We would surely make a new release once we are sure this fixes the failing tests.
It seems the tests are now passing, at least on Pascal. So, I guess we can make a new release now. I will just make few smaller cmake modifications and then release.
The new version COSMA-v2.6.1 is now released. Let us know if there are any issues!
I will close this issue now. Feel free to reopen it if there are any problems with the new version COSMA-v2.6.1.
Dear COSMA developers,
I am one of the CP2K developers and have recently upgraded our scripts to use COSMA 2.6.0 (see discussion cp2k/cp2k#2198 ). After the upgrade, all of our GPU regtests fail (see https://dashboard.cp2k.org/, testers CRAY-XC50-gnu, Performance CUDA Volta, CUDA Pascal).

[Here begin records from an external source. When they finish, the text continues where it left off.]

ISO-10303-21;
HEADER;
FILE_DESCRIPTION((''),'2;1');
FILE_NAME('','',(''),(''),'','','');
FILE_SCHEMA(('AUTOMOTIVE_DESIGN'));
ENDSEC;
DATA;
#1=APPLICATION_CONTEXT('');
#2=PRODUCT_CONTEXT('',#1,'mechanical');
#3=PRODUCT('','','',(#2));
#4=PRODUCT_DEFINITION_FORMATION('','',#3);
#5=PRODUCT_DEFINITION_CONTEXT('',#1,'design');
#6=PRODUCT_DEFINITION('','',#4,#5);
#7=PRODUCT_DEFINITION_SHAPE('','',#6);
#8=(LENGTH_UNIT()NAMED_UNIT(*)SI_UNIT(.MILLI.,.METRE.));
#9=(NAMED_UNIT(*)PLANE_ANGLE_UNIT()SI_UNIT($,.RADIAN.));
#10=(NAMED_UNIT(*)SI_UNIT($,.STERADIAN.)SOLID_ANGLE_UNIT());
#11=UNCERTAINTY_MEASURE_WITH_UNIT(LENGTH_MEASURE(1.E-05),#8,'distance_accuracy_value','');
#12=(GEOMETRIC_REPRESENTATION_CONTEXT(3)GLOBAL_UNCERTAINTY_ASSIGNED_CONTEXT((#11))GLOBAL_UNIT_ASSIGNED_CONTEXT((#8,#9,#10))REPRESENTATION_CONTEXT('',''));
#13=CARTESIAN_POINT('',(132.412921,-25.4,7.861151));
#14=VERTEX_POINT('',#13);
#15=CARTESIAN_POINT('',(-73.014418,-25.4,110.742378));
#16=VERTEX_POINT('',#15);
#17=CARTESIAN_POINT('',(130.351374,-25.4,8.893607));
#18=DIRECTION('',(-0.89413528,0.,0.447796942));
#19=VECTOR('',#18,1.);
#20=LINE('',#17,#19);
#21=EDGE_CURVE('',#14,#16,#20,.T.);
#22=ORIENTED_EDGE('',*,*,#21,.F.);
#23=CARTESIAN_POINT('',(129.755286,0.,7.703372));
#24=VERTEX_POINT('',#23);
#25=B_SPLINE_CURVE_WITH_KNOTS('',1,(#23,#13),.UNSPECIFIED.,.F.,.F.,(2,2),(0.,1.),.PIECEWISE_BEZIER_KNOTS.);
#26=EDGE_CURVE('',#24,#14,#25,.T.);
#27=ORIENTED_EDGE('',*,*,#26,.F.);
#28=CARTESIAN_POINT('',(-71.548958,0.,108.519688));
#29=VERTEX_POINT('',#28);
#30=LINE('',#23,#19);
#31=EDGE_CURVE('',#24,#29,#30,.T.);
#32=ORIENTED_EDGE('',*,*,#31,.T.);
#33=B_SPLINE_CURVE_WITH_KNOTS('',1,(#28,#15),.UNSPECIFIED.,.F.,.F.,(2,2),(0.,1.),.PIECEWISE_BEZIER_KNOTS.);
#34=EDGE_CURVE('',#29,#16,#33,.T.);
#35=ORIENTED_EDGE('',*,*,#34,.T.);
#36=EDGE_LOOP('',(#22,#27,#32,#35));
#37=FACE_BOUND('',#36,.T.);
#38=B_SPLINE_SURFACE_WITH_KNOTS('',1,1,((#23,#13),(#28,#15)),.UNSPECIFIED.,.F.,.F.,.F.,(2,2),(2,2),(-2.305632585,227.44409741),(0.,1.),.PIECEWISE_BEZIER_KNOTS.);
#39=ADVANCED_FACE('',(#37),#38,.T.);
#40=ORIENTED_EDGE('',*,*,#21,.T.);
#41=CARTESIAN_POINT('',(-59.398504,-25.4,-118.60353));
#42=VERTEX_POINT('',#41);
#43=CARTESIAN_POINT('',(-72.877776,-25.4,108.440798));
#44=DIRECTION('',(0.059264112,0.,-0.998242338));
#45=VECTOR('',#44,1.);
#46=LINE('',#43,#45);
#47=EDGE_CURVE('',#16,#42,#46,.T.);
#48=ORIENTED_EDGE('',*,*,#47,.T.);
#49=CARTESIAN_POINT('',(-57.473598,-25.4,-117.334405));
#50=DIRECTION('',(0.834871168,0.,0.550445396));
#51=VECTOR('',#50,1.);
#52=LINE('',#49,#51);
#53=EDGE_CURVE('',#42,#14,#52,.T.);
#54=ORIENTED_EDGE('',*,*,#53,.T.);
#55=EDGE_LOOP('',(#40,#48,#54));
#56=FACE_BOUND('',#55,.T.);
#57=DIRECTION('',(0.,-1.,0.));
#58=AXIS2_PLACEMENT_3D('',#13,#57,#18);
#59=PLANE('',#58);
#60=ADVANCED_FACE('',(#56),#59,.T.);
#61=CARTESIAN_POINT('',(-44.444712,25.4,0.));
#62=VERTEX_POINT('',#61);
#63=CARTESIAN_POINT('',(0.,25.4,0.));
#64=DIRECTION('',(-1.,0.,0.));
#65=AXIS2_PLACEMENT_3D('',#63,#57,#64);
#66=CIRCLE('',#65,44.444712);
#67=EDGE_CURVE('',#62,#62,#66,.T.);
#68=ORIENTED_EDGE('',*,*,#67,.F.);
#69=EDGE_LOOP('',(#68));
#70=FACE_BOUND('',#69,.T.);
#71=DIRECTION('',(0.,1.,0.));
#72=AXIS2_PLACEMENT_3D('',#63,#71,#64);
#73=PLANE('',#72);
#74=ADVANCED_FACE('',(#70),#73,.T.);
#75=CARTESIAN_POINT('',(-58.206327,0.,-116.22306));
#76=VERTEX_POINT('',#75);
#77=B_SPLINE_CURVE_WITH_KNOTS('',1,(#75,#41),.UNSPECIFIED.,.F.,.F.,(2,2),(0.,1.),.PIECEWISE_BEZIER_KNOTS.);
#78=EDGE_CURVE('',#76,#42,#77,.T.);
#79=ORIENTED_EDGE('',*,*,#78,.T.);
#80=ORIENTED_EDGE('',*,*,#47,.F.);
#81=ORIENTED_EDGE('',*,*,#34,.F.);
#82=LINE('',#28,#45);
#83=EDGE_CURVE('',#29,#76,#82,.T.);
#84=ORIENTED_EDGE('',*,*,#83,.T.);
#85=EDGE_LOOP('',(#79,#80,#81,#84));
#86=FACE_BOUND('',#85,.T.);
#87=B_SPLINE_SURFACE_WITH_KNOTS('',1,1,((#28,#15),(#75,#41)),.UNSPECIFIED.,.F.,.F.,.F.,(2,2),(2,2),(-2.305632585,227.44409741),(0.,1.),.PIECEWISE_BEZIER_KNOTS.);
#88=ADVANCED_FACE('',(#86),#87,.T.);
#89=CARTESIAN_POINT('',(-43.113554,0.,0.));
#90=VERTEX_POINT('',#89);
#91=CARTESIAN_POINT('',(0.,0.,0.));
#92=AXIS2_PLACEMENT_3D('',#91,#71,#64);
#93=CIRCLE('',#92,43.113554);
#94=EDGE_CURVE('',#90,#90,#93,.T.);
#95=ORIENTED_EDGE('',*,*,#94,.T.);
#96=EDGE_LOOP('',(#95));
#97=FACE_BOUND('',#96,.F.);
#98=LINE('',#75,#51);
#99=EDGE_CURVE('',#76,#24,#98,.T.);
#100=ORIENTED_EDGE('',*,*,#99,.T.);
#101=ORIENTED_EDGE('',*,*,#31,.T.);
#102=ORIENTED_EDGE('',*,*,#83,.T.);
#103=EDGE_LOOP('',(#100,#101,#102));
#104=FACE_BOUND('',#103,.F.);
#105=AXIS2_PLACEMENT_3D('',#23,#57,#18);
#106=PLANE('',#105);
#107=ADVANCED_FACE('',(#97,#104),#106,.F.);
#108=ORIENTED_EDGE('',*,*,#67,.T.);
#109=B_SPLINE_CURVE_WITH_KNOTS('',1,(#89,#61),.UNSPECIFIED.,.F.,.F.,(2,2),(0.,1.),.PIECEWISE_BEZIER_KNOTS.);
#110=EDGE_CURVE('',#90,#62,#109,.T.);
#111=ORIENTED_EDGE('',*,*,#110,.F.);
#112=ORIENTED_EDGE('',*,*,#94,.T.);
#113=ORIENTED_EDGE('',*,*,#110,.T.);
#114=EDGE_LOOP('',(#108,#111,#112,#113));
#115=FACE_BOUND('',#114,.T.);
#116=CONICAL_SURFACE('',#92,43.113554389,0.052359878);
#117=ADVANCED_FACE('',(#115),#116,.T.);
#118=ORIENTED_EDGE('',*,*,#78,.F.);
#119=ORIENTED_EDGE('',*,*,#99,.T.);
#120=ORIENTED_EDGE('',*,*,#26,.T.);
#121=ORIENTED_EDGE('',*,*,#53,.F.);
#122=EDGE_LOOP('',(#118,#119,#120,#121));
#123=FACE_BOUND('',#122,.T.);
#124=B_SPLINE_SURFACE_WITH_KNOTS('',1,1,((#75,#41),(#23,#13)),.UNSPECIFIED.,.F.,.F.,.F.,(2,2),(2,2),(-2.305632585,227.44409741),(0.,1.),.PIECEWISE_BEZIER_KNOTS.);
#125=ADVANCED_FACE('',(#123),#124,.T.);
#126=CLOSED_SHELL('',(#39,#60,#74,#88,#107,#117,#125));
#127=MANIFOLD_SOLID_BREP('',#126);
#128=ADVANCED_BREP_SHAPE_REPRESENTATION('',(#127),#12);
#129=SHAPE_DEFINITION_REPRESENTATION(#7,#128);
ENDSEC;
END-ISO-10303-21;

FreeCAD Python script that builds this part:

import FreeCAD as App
import Part
import Sketcher
from FreeCAD import Vector
Q = App.Units.Quantity

doc = App.newDocument("Part")
params = doc.addObject("Spreadsheet::Sheet", "Params")
for row, (alias, value) in enumerate([
    ("pad1_length", "1 in"),
    ("pad1_taper", "3 deg"),
    ("pad2_length", "1 in"),
    ("pad2_taper", "3 deg"),
    ("pad3_length", "1 in"),
    ("pad3_taper", "3 deg"),
], start=1):
    params.set(f"A{row}", alias)
    params.set(f"B{row}", "=" + value)
    params.setAlias(f"B{row}", alias)

body = doc.addObject("PartDesign::Body", "Body")

sketch1 = body.newObject("Sketcher::SketchObject", "Sketch")
sketch1.AttachmentSupport = (doc.getObject("XZ_Plane"), [""])
sketch1.MapMode = "FlatFace"
sketch1.addGeometry(Part.LineSegment(Vector(129.755286, 7.703372, 0), Vector(-71.548958, 108.519688, 0)), False)
sketch1.addGeometry(Part.LineSegment(Vector(-71.548958, 108.519688, 0), Vector(-58.206327, -116.22306, 0)), False)
sketch1.addGeometry(Part.LineSegment(Vector(-58.206327, -116.22306, 0), Vector(129.755286, 7.703372, 0)), False)
sketch1.addConstraint(Sketcher.Constraint("Coincident", 0, 2, 1, 1))
sketch1.addConstraint(Sketcher.Constraint("Coincident", 1, 2, 2, 1))
sketch1.addConstraint(Sketcher.Constraint("Coincident", 2, 2, 0, 1))
sketch1.addConstraint(Sketcher.Constraint("Equal", 0, 1))
sketch1.addConstraint(Sketcher.Constraint("Equal", 1, 2))
sketch1.addConstraint(Sketcher.Constraint("DistanceX", 0, 2, -1, 1, Q("71.548958 mm")))
sketch1.addConstraint(Sketcher.Constraint("DistanceY", 1, 2, -1, 1, Q("116.22306 mm")))
sketch1.addConstraint(Sketcher.Constraint("DistanceY", -1, 1, 2, 2, Q("7.703372 mm")))
sketch1.addConstraint(Sketcher.Constraint("DistanceX", 0, 2, 1, 2, Q("13.342631 mm")))
pad1 = body.newObject("PartDesign::Pad", "Pad")
pad1.Profile = sketch1
pad1.setExpression("Length", "Params.pad1_length")
pad1.setExpression("TaperAngle", "Params.pad1_taper")

sketch2 = body.newObject("Sketcher::SketchObject", "Sketch001")
sketch2.AttachmentSupport = (doc.getObject("XZ_Plane"), [""])
sketch2.MapMode = "FlatFace"
sketch2.addGeometry(Part.Circle(Vector(0, 0, 0), Vector(0, 0, 1), 43.113554), False)
sketch2.addConstraint(Sketcher.Constraint("Coincident", 0, 3, -1, 1))
sketch2.addConstraint(Sketcher.Constraint("Diameter", 0, Q("86.227109 mm")))
pad2 = body.newObject("PartDesign::Pad", "Pad001")
pad2.Profile = sketch2
pad2.setExpression("Length", "Params.pad2_length")
pad2.Reversed = True
pad2.setExpression("TaperAngle", "Params.pad2_taper")

sketch3 = body.newObject("Sketcher::SketchObject", "Sketch002")
sketch3.AttachmentSupport = (doc.getObject("XZ_Plane"), [""])
sketch3.MapMode = "FlatFace"
sketch3.addGeometry(Part.Circle(Vector(0, 0, 0), Vector(0, 0, 1), 16.675664), False)
sketch3.addConstraint(Sketcher.Constraint("Coincident", 0, 3, -1, 1))
sketch3.addConstraint(Sketcher.Constraint("Diameter", 0, Q("33.351328 mm")))
pad3 = body.newObject("PartDesign::Pad", "Pad002")
pad3.Profile = sketch3
pad3.setExpression("Length", "Params.pad3_length")
pad3.Reversed = True
pad3.setExpression("TaperAngle", "Params.pad3_taper")

doc.recompute()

Our HIP tester does not make use of COSMAs GPU backend yet.
The typical backtrace looks as followed
error: GPU API call : invalid argument terminate called after throwing an instance of 'std::runtime_error' what(): GPU ERROR
Program received signal SIGABRT: Process abort signal.
Backtrace for this error:
0 0x7f5d6f019d21 in ???
1 0x7f5d6f018ef5 in ???
2 0x7f5d6ec7208f in ???
3 0x7f5d6ec7200b in ???
4 0x7f5d6ec51858 in ???
5 0x7f5d8688b910 in ???
6 0x7f5d8689738b in ???
7 0x7f5d868973f6 in ???
8 0x7f5d868976a8 in ???
9 0x55652e0befd9 in check_runtime_status
10 0x5565317398d1 in _ZN3gpu25copy_tile_to_device_asyncIdEEvRNS_12tiled_matrixIT_EEPS2_NS_10tile_coordERNS_13device_streamE
11 0x5565317398d1 in _ZN3gpu25copy_tile_to_device_asyncIdEEvRNS_12tiled_matrixIT_EERNS_13device_bufferIS2_EENS_10tile_coordERNS_11gpu_contextEi
12 0x556531739d92 in _ZN3gpu11round_robinIdEEvRNS_12tiled_matrixIT_EES4_S4_RNS_13device_bufferIS2_EES7_S7_iiiS2_S2_RNS_9mm_handleIS2_EE
13 0x55653173ac52 in _ZN3gpu4gemmIdEEvRNS_9mm_handleIT_EEPS2_S5_S5_iiiS2_S2_bb
14 0x556531702744 in _ZN5cosma14local_multiplyIdEEvPNS_13cosma_contextIT_EEPS2_S5_S5_iiiS2_S2_b
at /opt/cp2k-toolchain/build/COSMA-v2.6.0/src/cosma/local_multiply.cpp:168
15 0x5565316e8612 in _ZN5cosma8multiplyIdEEvPNS_13cosma_contextIT_EERNS_11CosmaMatrixIS2_EES7_S7_RNS_8IntervalES9_S9_S9_mRKNS_8StrategyEPNS_12communicatorES2S2
16 0x5565316e801c in _ZN5cosma8parallelIdEEvPNS_13cosma_contextIT_EERNS_11CosmaMatrixIS2_EES7_S7_RNS_8IntervalES9_S9_S9_mRKNS_8StrategyEPNS_12communicatorES2S2
at /opt/cp2k-toolchain/build/COSMA-v2.6.0/src/cosma/multiply.cpp:867
17 0x5565316e87e0 in _ZN5cosma8multiplyIdEEvPNS_13cosma_contextIT_EERNS_11CosmaMatrixIS2_EES7_S7_RNS_8IntervalES9_S9_S9_mRKNS_8StrategyEPNS_12communicatorES2S2
at /opt/cp2k-toolchain/build/COSMA-v2.6.0/src/cosma/multiply.cpp:408
18 0x5565316e8a7a in _ZN5cosma8multiplyIdEEvPNS_13cosma_contextIT_EERNS_11CosmaMatrixIS2_EES7_S7_RKNS_8StrategyEiS2S2
19 0x5565316c48a3 in _ZN5cosma6pxgemmIdEEvcciiiT_PKS1_iiPKiS3_iiS5_S1_PS1iiS5
at /opt/cp2k-toolchain/build/COSMA-v2.6.0/src/cosma/cosma_pxgemm.cpp:350
Do you have an idea what this error causes? I am happy to share further information if required.